The work I’ve been doing for the past couple of months has paid off and Full Site Editing stylesheets for blocks will get loaded a lot more efficiently from now on. The related pull-request was merged in Gutenberg so I’m super excited for the future of WordPress and our continued sustainability efforts.

I’ve began working on things we need to focus on in order to get a Minimum Viable Product (MVP) of Full-Site-Editing (FSE) in WordPress 5.8, including changes that will need to happen in the templating system. We’ll also need to focus on some minimum styles for FSE templates for layouts and alignments so themes can opt-in to automatic styles.

Carolina

This past week I finally completed two important web accessibility courses. I am looking at the different ways that I can continue learning, practicing and contributing to the WordPress accessibility team. The accessibility team provides accessibility expertise and resources, and they also test bugs and new features.

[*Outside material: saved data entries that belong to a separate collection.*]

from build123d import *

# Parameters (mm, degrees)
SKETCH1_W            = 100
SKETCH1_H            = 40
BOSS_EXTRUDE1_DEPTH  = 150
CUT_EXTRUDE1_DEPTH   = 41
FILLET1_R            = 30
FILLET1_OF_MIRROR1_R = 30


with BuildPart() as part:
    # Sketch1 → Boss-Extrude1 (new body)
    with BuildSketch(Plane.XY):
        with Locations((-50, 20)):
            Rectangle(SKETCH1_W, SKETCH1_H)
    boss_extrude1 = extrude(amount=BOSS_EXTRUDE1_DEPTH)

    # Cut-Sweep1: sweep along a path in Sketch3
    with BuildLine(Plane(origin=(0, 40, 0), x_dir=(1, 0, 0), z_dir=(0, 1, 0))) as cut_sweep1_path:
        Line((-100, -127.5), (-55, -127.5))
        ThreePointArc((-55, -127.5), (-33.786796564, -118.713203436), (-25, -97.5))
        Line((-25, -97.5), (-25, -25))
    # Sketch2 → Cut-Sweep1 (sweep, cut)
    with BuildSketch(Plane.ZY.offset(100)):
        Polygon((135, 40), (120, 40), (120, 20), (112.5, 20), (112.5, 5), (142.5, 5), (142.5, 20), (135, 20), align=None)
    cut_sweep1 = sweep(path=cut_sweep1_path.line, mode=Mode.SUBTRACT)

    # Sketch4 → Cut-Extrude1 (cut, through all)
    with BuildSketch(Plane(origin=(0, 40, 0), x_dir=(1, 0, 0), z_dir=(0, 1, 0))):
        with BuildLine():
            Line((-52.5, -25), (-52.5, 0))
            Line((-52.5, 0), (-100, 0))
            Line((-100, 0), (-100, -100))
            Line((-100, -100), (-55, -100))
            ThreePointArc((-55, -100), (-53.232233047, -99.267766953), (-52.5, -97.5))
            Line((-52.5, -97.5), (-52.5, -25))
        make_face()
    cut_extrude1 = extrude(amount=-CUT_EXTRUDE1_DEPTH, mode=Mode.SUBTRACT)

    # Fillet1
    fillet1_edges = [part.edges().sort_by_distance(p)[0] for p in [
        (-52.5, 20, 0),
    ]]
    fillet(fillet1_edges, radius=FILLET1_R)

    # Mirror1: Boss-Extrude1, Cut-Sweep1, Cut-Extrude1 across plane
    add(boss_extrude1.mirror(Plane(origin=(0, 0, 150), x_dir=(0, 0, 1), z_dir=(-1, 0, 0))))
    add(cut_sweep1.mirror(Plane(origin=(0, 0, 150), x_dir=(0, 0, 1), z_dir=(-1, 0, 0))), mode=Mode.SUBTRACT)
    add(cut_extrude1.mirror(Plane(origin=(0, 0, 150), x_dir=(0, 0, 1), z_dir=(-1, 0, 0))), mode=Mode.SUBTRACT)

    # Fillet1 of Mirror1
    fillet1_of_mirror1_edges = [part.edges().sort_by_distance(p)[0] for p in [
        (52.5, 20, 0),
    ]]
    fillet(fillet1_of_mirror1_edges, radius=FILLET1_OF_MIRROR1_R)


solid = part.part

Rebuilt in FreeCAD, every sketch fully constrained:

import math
import FreeCAD as App
import Part
import Sketcher


def edges_at(feature, points):
    """Names of the edges that pass closest to the given points."""
    edges = feature.Shape.Edges
    near = lambda p: min(range(len(edges)), key=lambda i: edges[i].distToShape(Part.Vertex(*p))[0])
    return sorted({f"Edge{near(p) + 1}" for p in points})

doc = App.newDocument("Part")
params = doc.addObject("Spreadsheet::Sheet", "Params")
for row, (alias, value) in enumerate([
    ("sketch1_width", "100 mm"),
    ("sketch1_height", "40 mm"),
    ("pad1_length", "150 mm"),
    ("sketch2_width", "20 mm"),
    ("sketch2_width2", "15 mm"),
    ("sketch2_height", "30 mm"),
    ("sketch3_radius", "30 mm"),
    ("sketch3_width", "45 mm"),
    ("sketch3_height", "72.5 mm"),
    ("sketch4_radius", "2.5 mm"),
    ("sketch4_width", "45 mm"),
    ("sketch4_height", "100 mm"),
    ("fillet_radius", "30 mm"),
    ("fillet2_radius", "30 mm"),
], start=1):
    params.set(f"A{row}", alias)
    params.set(f"B{row}", "=" + value)
    params.setAlias(f"B{row}", alias)

body = doc.addObject("PartDesign::Body", "Body")

sketch1 = doc.addObject("Sketcher::SketchObject", "Sketch")
body.addObject(sketch1)
sketch1.AttachmentSupport = (doc.XY_Plane, [""])
sketch1.MapMode = "FlatFace"
sketch1.addGeometry(Part.LineSegment(App.Vector(-100, 40, 0), App.Vector(-100, 0, 0)), False)
sketch1.addGeometry(Part.LineSegment(App.Vector(-100, 0, 0), App.Vector(0, 0, 0)), False)
sketch1.addGeometry(Part.LineSegment(App.Vector(0, 0, 0), App.Vector(0, 40, 0)), False)
sketch1.addGeometry(Part.LineSegment(App.Vector(0, 40, 0), App.Vector(-100, 40, 0)), False)
sketch1.addConstraint(Sketcher.Constraint("Coincident", 0, 2, 1, 1))
sketch1.addConstraint(Sketcher.Constraint("Coincident", 1, 2, 2, 1))
sketch1.addConstraint(Sketcher.Constraint("Coincident", 2, 2, 3, 1))
sketch1.addConstraint(Sketcher.Constraint("Coincident", 3, 2, 0, 1))
sketch1.addConstraint(Sketcher.Constraint("Vertical", 0))
sketch1.addConstraint(Sketcher.Constraint("Horizontal", 1))
sketch1.addConstraint(Sketcher.Constraint("Vertical", 2))
sketch1.addConstraint(Sketcher.Constraint("Horizontal", 3))
sketch1.addConstraint(Sketcher.Constraint("Coincident", 1, 2, -1, 1))
sketch1.addConstraint(Sketcher.Constraint("DistanceX", 1, 1, 1, 2, 100.0))
sketch1.addConstraint(Sketcher.Constraint("DistanceY", 0, 2, 0, 1, 40.0))
sketch1.setExpression("Constraints[9]", "Params.sketch1_width")
sketch1.setExpression("Constraints[10]", "Params.sketch1_height")
pad1 = doc.addObject("PartDesign::Pad", "Pad")
body.addObject(pad1)
pad1.Profile = sketch1
pad1.setExpression("Length", "Params.pad1_length")

sketch2 = doc.addObject("Sketcher::SketchObject", "Sketch001")
body.addObject(sketch2)
sketch2.AttachmentSupport = (doc.YZ_Plane, [""])
sketch2.MapMode = "FlatFace"
sketch2.AttachmentOffset = App.Placement(App.Vector(0, 0, -100), App.Rotation())
sketch2.addGeometry(Part.LineSegment(App.Vector(40, 135, 0), App.Vector(40, 120, 0)), False)
sketch2.addGeometry(Part.LineSegment(App.Vector(40, 120, 0), App.Vector(20, 120, 0)), False)
sketch2.addGeometry(Part.LineSegment(App.Vector(20, 120, 0), App.Vector(20, 112, 0)), False)
sketch2.addGeometry(Part.LineSegment(App.Vector(20, 112, 0), App.Vector(5, 112, 0)), False)
sketch2.addGeometry(Part.LineSegment(App.Vector(5, 112, 0), App.Vector(5, 142, 0)), False)
sketch2.addGeometry(Part.LineSegment(App.Vector(5, 142, 0), App.Vector(20, 142, 0)), False)
sketch2.addGeometry(Part.LineSegment(App.Vector(20, 142, 0), App.Vector(20, 135, 0)), False)
sketch2.addGeometry(Part.LineSegment(App.Vector(20, 135, 0), App.Vector(40, 135, 0)), False)
sketch2.addConstraint(Sketcher.Constraint("Coincident", 0, 2, 1, 1))
sketch2.addConstraint(Sketcher.Constraint("Coincident", 1, 2, 2, 1))
sketch2.addConstraint(Sketcher.Constraint("Coincident", 2, 2, 3, 1))
sketch2.addConstraint(Sketcher.Constraint("Coincident", 3, 2, 4, 1))
sketch2.addConstraint(Sketcher.Constraint("Coincident", 4, 2, 5, 1))
sketch2.addConstraint(Sketcher.Constraint("Coincident", 5, 2, 6, 1))
sketch2.addConstraint(Sketcher.Constraint("Coincident", 6, 2, 7, 1))
sketch2.addConstraint(Sketcher.Constraint("Coincident", 7, 2, 0, 1))
sketch2.addConstraint(Sketcher.Constraint("Vertical", 0))
sketch2.addConstraint(Sketcher.Constraint("Horizontal", 1))
sketch2.addConstraint(Sketcher.Constraint("Vertical", 2))
sketch2.addConstraint(Sketcher.Constraint("Horizontal", 3))
sketch2.addConstraint(Sketcher.Constraint("Vertical", 4))
sketch2.addConstraint(Sketcher.Constraint("Horizontal", 5))
sketch2.addConstraint(Sketcher.Constraint("Vertical", 6))
sketch2.addConstraint(Sketcher.Constraint("Horizontal", 7))
sketch2.addConstraint(Sketcher.Constraint("Vertical", 2, 2, 5, 2))
sketch2.addConstraint(Sketcher.Constraint("Equal", 5, 0))
sketch2.addConstraint(Sketcher.Constraint("Equal", 2, 6))
sketch2.addConstraint(Sketcher.Constraint("DistanceX", 1, 2, 1, 1, 20.0))
sketch2.addConstraint(Sketcher.Constraint("DistanceX", 3, 2, 3, 1, 15.0))
sketch2.addConstraint(Sketcher.Constraint("DistanceY", 4, 1, 4, 2, 30.0))
sketch2.addConstraint(Sketcher.Constraint("DistanceX", -1, 1, 0, 2, 40.0))
sketch2.addConstraint(Sketcher.Constraint("DistanceY", -1, 1, 0, 2, 120.0))
sketch2.setExpression("Constraints[19]", "Params.sketch2_width")
sketch2.setExpression("Constraints[20]", "Params.sketch2_width2")
sketch2.setExpression("Constraints[21]", "Params.sketch2_height")

sketch3 = doc.addObject("Sketcher::SketchObject", "Sketch002")
body.addObject(sketch3)
sketch3.AttachmentSupport = (doc.XZ_Plane, [""])
sketch3.MapMode = "FlatFace"
sketch3.AttachmentOffset = App.Placement(App.Vector(0, 0, -40), App.Rotation())
sketch3.addGeometry(Part.LineSegment(App.Vector(-100, 128, 0), App.Vector(-55, 128, 0)), False)
sketch3.addGeometry(Part.ArcOfCircle(Part.Circle(App.Vector(-55, 98, 0), App.Vector(0, 0, 1), 30), math.radians(0), math.radians(90)), False)
sketch3.addGeometry(Part.LineSegment(App.Vector(-25, 98, 0), App.Vector(-25, 25, 0)), False)
sketch3.addConstraint(Sketcher.Constraint("Tangent", 0, 2, 1, 2))
sketch3.addConstraint(Sketcher.Constraint("Tangent", 1, 1, 2, 1))
sketch3.addConstraint(Sketcher.Constraint("Horizontal", 0))
sketch3.addConstraint(Sketcher.Constraint("Vertical", 2))
sketch3.addConstraint(Sketcher.Constraint("Radius", 1, 30.0))
sketch3.addConstraint(Sketcher.Constraint("DistanceX", 0, 1, 0, 2, 45.0))
sketch3.addConstraint(Sketcher.Constraint("DistanceY", 2, 2, 2, 1, 72.5))
sketch3.addConstraint(Sketcher.Constraint("DistanceX", 1, 3, -1, 1, 55.0))
sketch3.addConstraint(Sketcher.Constraint("DistanceY", -1, 1, 2, 2, 25.0))
sketch3.setExpression("Constraints[4]", "Params.sketch3_radius")
sketch3.setExpression("Constraints[5]", "Params.sketch3_width")
sketch3.setExpression("Constraints[6]", "Params.sketch3_height")
doc.recompute()

subtractivepipe = doc.addObject("PartDesign::SubtractivePipe", "SubtractivePipe")
body.addObject(subtractivepipe)
subtractivepipe.Profile = sketch2
subtractivepipe.Spine = (sketch3, ["Edge1", "Edge2", "Edge3"])

sketch4 = doc.addObject("Sketcher::SketchObject", "Sketch003")
body.addObject(sketch4)
sketch4.AttachmentSupport = (doc.XZ_Plane, [""])
sketch4.MapMode = "FlatFace"
sketch4.AttachmentOffset = App.Placement(App.Vector(0, 0, -40), App.Rotation())
sketch4.addGeometry(Part.LineSegment(App.Vector(-52.5, 0, 0), App.Vector(-100, 0, 0)), False)
sketch4.addGeometry(Part.LineSegment(App.Vector(-100, 0, 0), App.Vector(-100, 100, 0)), False)
sketch4.addGeometry(Part.LineSegment(App.Vector(-100, 100, 0), App.Vector(-55, 100, 0)), False)
sketch4.addGeometry(Part.ArcOfCircle(Part.Circle(App.Vector(-55, 97.5, 0), App.Vector(0, 0, 1), 2.5), math.radians(0), math.radians(90)), False)
sketch4.addGeometry(Part.LineSegment(App.Vector(-52.5, 97.5, 0), App.Vector(-52.5, 0, 0)), False)
sketch4.addConstraint(Sketcher.Constraint("Coincident", 0, 2, 1, 1))
sketch4.addConstraint(Sketcher.Constraint("Coincident", 1, 2, 2, 1))
sketch4.addConstraint(Sketcher.Constraint("Tangent", 2, 2, 3, 2))
sketch4.addConstraint(Sketcher.Constraint("Tangent", 3, 1, 4, 1))
sketch4.addConstraint(Sketcher.Constraint("Coincident", 4, 2, 0, 1))
sketch4.addConstraint(Sketcher.Constraint("Horizontal", 0))
sketch4.addConstraint(Sketcher.Constraint("Vertical", 1))
sketch4.addConstraint(Sketcher.Constraint("Horizontal", 2))
sketch4.addConstraint(Sketcher.Constraint("Vertical", 4))
sketch4.addConstraint(Sketcher.Constraint("PointOnObject", 0, 2, -1))
sketch4.addConstraint(Sketcher.Constraint("Radius", 3, 2.5))
sketch4.addConstraint(Sketcher.Constraint("DistanceX", 2, 1, 2, 2, 45.0))
sketch4.addConstraint(Sketcher.Constraint("DistanceY", 1, 1, 1, 2, 100.0))
sketch4.addConstraint(Sketcher.Constraint("DistanceX", 3, 3, -1, 1, 55.0))
sketch4.setExpression("Constraints[10]", "Params.sketch4_radius")
sketch4.setExpression("Constraints[11]", "Params.sketch4_width")
sketch4.setExpression("Constraints[12]", "Params.sketch4_height")
pocket1 = doc.addObject("PartDesign::Pocket", "Pocket")
body.addObject(pocket1)
pocket1.Profile = sketch4
pocket1.Type = "ThroughAll"
pocket1.Reversed = True
doc.recompute()

fillet = doc.addObject("PartDesign::Fillet", "Fillet")
body.addObject(fillet)
fillet.Base = (pocket1, edges_at(pocket1, [(-52.5, 20, 0)]))
fillet.setExpression("Radius", "Params.fillet_radius")
doc.recompute()

mirrored = doc.addObject("PartDesign::Mirrored", "Mirrored")
body.addObject(mirrored)
mirrored.Originals = [pad1, subtractivepipe, pocket1]
mirrored.MirrorPlane = (doc.YZ_Plane, [""])
body.Tip = mirrored
doc.recompute()

fillet2 = doc.addObject("PartDesign::Fillet", "Fillet001")
body.addObject(fillet2)
fillet2.Base = (mirrored, edges_at(mirrored, [(52.5, 20, 0)]))
fillet2.setExpression("Radius", "Params.fillet2_radius")

doc.recompute()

WCAG (short for Web Content Accessibility Guidelines), is an international standard for how to make web content more accessible.
All new or updated code released in WordPress must conform with the WCAG 2.1 guidelines at level AA, and this is a big task. One thing that the team is working on right now is improving the WordPress accessibility coding standards and the documentation about WCAG. You can learn more about the accessibility team on their website.

I have been splitting my time between WordPress version 5.7 and full site editing. Now that the first release candidate of 5.7 has been released, I plan to focus on the MVP of full site editing, including documentation. The WordPress documentation team is kicking off the work on the full site editing end-user documentation with two sprints on the 25th and 26th of February.

Justin

The work that I was doing on the WordPress Test Instructions document is complete. And I was able to present it at last week’s devchat. Now the next step is to use this document as the basis for implementing e2e testing in Core. This is an important project, so I hope that interested contributors will soon take the lead on it.

I am also continuing my work on the restructuring of the Gutenberg developer documentation, which is progressing quite well.